* **WHAT IS EXPECTED**
Return only what lies between the first line of the entries and the line containing "#465=CYLINDRICAL_SURFACE('',#464,6.);", both lines included.

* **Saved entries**
##############################

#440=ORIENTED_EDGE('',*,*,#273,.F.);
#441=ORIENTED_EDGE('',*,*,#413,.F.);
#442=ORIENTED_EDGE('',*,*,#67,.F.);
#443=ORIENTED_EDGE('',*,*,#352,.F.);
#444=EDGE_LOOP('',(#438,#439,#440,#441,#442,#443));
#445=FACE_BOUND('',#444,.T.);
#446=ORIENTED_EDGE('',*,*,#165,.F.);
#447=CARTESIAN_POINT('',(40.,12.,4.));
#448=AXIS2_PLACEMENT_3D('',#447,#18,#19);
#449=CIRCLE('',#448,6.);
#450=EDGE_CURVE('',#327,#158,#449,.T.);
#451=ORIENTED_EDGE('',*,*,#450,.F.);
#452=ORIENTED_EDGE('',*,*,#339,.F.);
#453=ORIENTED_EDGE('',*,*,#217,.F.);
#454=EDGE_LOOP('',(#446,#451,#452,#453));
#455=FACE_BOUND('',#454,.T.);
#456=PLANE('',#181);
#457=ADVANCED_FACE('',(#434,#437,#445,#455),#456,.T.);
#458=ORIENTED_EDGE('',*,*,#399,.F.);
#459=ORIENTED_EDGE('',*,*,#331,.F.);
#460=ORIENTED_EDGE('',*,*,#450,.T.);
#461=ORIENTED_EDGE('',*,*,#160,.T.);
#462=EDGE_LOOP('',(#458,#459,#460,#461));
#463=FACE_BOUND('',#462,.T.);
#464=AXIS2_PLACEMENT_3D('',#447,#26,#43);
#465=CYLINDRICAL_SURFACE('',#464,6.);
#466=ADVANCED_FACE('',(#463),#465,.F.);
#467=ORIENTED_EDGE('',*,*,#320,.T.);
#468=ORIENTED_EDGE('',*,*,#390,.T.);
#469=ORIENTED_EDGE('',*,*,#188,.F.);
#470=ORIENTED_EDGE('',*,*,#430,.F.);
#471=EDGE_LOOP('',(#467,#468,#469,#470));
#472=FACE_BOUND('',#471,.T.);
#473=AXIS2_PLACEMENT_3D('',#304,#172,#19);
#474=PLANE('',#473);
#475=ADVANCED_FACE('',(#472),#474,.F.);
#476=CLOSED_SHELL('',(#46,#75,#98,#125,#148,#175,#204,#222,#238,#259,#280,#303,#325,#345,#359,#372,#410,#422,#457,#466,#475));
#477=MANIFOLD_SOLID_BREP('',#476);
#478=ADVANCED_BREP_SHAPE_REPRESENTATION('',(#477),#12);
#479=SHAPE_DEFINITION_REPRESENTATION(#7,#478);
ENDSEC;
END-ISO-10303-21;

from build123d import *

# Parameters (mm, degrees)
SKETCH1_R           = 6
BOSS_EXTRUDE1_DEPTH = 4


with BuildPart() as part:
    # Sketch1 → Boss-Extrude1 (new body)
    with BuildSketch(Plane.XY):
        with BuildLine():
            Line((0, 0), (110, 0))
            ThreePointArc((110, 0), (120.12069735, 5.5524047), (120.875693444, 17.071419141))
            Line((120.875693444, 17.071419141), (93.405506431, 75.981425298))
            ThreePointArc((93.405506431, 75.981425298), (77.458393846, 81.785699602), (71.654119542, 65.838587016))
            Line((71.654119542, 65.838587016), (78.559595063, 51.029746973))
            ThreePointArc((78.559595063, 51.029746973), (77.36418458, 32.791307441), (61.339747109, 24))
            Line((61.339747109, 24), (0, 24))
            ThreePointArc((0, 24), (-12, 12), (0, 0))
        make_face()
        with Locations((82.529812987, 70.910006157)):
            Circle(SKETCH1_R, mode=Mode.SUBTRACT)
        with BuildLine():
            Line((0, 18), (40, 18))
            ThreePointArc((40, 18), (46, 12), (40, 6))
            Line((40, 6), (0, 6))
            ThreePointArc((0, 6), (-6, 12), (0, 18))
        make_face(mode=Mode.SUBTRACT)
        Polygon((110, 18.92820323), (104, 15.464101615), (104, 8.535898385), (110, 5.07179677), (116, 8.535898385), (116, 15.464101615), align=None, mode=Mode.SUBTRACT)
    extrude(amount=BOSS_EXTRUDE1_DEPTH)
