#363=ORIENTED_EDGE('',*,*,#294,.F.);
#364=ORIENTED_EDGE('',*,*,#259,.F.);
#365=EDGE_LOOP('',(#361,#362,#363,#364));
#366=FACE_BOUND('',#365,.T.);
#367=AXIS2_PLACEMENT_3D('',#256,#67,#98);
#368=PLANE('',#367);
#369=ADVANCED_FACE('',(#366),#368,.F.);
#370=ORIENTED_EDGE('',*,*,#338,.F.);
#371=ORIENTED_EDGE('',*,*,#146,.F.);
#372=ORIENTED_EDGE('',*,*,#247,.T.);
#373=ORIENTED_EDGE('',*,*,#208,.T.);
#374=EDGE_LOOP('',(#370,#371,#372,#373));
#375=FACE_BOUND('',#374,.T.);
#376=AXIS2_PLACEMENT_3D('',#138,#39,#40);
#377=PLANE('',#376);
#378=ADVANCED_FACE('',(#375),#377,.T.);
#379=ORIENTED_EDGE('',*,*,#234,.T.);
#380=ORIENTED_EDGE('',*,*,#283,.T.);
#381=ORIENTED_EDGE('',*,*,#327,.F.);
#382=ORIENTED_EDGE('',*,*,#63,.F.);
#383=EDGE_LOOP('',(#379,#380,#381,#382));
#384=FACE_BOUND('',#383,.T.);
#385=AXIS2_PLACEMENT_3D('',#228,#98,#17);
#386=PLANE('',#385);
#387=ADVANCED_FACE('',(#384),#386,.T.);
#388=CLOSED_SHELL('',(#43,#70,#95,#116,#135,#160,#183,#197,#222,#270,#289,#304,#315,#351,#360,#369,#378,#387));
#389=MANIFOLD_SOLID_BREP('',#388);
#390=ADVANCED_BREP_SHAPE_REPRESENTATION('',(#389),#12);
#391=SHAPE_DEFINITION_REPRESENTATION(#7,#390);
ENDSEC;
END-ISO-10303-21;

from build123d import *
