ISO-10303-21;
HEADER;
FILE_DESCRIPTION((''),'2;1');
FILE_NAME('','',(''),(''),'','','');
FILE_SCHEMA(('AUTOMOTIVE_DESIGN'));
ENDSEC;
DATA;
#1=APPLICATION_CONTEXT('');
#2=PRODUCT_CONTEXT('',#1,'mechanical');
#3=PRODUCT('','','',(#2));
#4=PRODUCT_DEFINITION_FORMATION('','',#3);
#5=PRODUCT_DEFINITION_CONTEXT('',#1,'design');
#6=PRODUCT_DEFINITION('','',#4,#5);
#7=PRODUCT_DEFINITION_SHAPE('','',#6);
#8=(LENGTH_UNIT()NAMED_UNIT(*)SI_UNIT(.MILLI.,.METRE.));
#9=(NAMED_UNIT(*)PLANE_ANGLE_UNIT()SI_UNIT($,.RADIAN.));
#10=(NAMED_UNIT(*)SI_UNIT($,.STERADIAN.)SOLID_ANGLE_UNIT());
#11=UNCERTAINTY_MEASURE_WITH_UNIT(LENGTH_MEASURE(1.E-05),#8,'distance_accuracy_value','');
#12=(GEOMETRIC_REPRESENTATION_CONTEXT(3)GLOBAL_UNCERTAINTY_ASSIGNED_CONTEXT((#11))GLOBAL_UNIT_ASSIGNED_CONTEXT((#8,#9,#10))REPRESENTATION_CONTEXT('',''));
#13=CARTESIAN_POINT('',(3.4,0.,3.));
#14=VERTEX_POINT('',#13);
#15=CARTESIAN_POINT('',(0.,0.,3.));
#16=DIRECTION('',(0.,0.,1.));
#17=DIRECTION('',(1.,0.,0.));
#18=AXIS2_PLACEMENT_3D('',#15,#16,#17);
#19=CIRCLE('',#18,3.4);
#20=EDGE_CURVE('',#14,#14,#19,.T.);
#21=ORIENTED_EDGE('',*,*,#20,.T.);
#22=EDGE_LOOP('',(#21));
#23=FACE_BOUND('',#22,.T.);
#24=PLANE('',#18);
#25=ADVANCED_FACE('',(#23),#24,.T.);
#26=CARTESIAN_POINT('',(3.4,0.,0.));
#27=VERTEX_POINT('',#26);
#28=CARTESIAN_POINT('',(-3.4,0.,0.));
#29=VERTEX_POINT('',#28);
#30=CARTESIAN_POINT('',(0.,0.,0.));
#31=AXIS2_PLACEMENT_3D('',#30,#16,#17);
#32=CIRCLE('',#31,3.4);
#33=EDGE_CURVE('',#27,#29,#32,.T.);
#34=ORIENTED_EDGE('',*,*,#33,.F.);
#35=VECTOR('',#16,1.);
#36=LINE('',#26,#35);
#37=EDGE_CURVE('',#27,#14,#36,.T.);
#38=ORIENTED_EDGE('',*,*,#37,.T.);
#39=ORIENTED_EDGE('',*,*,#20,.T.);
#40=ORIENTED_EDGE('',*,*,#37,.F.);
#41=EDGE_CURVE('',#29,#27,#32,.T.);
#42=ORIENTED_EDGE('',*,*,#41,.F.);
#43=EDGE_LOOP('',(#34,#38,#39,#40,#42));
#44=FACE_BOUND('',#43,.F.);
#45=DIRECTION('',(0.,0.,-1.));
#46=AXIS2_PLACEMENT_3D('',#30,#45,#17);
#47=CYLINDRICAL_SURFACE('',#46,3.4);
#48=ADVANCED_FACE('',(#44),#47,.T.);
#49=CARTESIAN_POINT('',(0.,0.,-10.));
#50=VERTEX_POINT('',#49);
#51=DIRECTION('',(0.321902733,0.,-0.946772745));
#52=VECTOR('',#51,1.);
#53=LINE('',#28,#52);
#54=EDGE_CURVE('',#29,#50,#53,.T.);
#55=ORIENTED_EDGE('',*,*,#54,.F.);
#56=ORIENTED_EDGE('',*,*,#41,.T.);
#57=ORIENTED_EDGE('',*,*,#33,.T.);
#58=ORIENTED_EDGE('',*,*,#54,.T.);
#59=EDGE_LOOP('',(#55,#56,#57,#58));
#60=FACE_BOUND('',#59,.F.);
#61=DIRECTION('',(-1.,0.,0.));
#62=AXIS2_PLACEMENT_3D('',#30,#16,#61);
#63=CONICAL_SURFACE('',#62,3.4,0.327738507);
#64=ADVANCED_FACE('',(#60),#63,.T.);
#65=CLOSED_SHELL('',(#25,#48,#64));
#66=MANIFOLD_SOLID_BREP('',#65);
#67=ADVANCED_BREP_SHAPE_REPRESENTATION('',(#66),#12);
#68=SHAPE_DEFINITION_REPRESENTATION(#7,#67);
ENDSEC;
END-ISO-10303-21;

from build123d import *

# Parameters (mm, degrees)
F0_R     = 3.4
F1_DEPTH = 3


with BuildPart() as f1:
    # F0 (on Top) → F1 (new body)
    with BuildSketch(Plane.XY):
        Circle(F0_R)
    extrude(amount=F1_DEPTH)

    # F2 (on Front) → F3 (revolve)
    with BuildSketch(Plane.XZ):
        Polygon((0, 0), (-3.4, 0), (0, -10), align=None)
    revolve(axis=Axis((0, 0, -5), (0, 0, 1)))


solid = f1.part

##############################

* **RESULT OF THIS TASK**
#440=ORIENTED_EDGE('',*,*,#273,.F.);
#441=ORIENTED_EDGE('',*,*,#413,.F.);
#442=ORIENTED_EDGE('',*,*,#67,.F.);
#443=ORIENTED_EDGE('',*,*,#352,.F.);
#444=EDGE_LOOP('',(#438,#439,#440,#441,#442,#443));
#445=FACE_BOUND('',#444,.T.);
#446=ORIENTED_EDGE('',*,*,#165,.F.);
#447=CARTESIAN_POINT('',(40.,12.,4.));
#448=AXIS2_PLACEMENT_3D('',#447,#18,#19);
#449=CIRCLE('',#448,6.);
#450=EDGE_CURVE('',#327,#158,#449,.T.);
#451=ORIENTED_EDGE('',*,*,#450,.F.);
#452=ORIENTED_EDGE('',*,*,#339,.F.);
#453=ORIENTED_EDGE('',*,*,#217,.F.);
#454=EDGE_LOOP('',(#446,#451,#452,#453));
#455=FACE_BOUND('',#454,.T.);
#456=PLANE('',#181);
#457=ADVANCED_FACE('',(#434,#437,#445,#455),#456,.T.);
#458=ORIENTED_EDGE('',*,*,#399,.F.);
#459=ORIENTED_EDGE('',*,*,#331,.F.);
#460=ORIENTED_EDGE('',*,*,#450,.T.);
#461=ORIENTED_EDGE('',*,*,#160,.T.);
#462=EDGE_LOOP('',(#458,#459,#460,#461));
#463=FACE_BOUND('',#462,.T.);
#464=AXIS2_PLACEMENT_3D('',#447,#26,#43);
#465=CYLINDRICAL_SURFACE('',#464,6.);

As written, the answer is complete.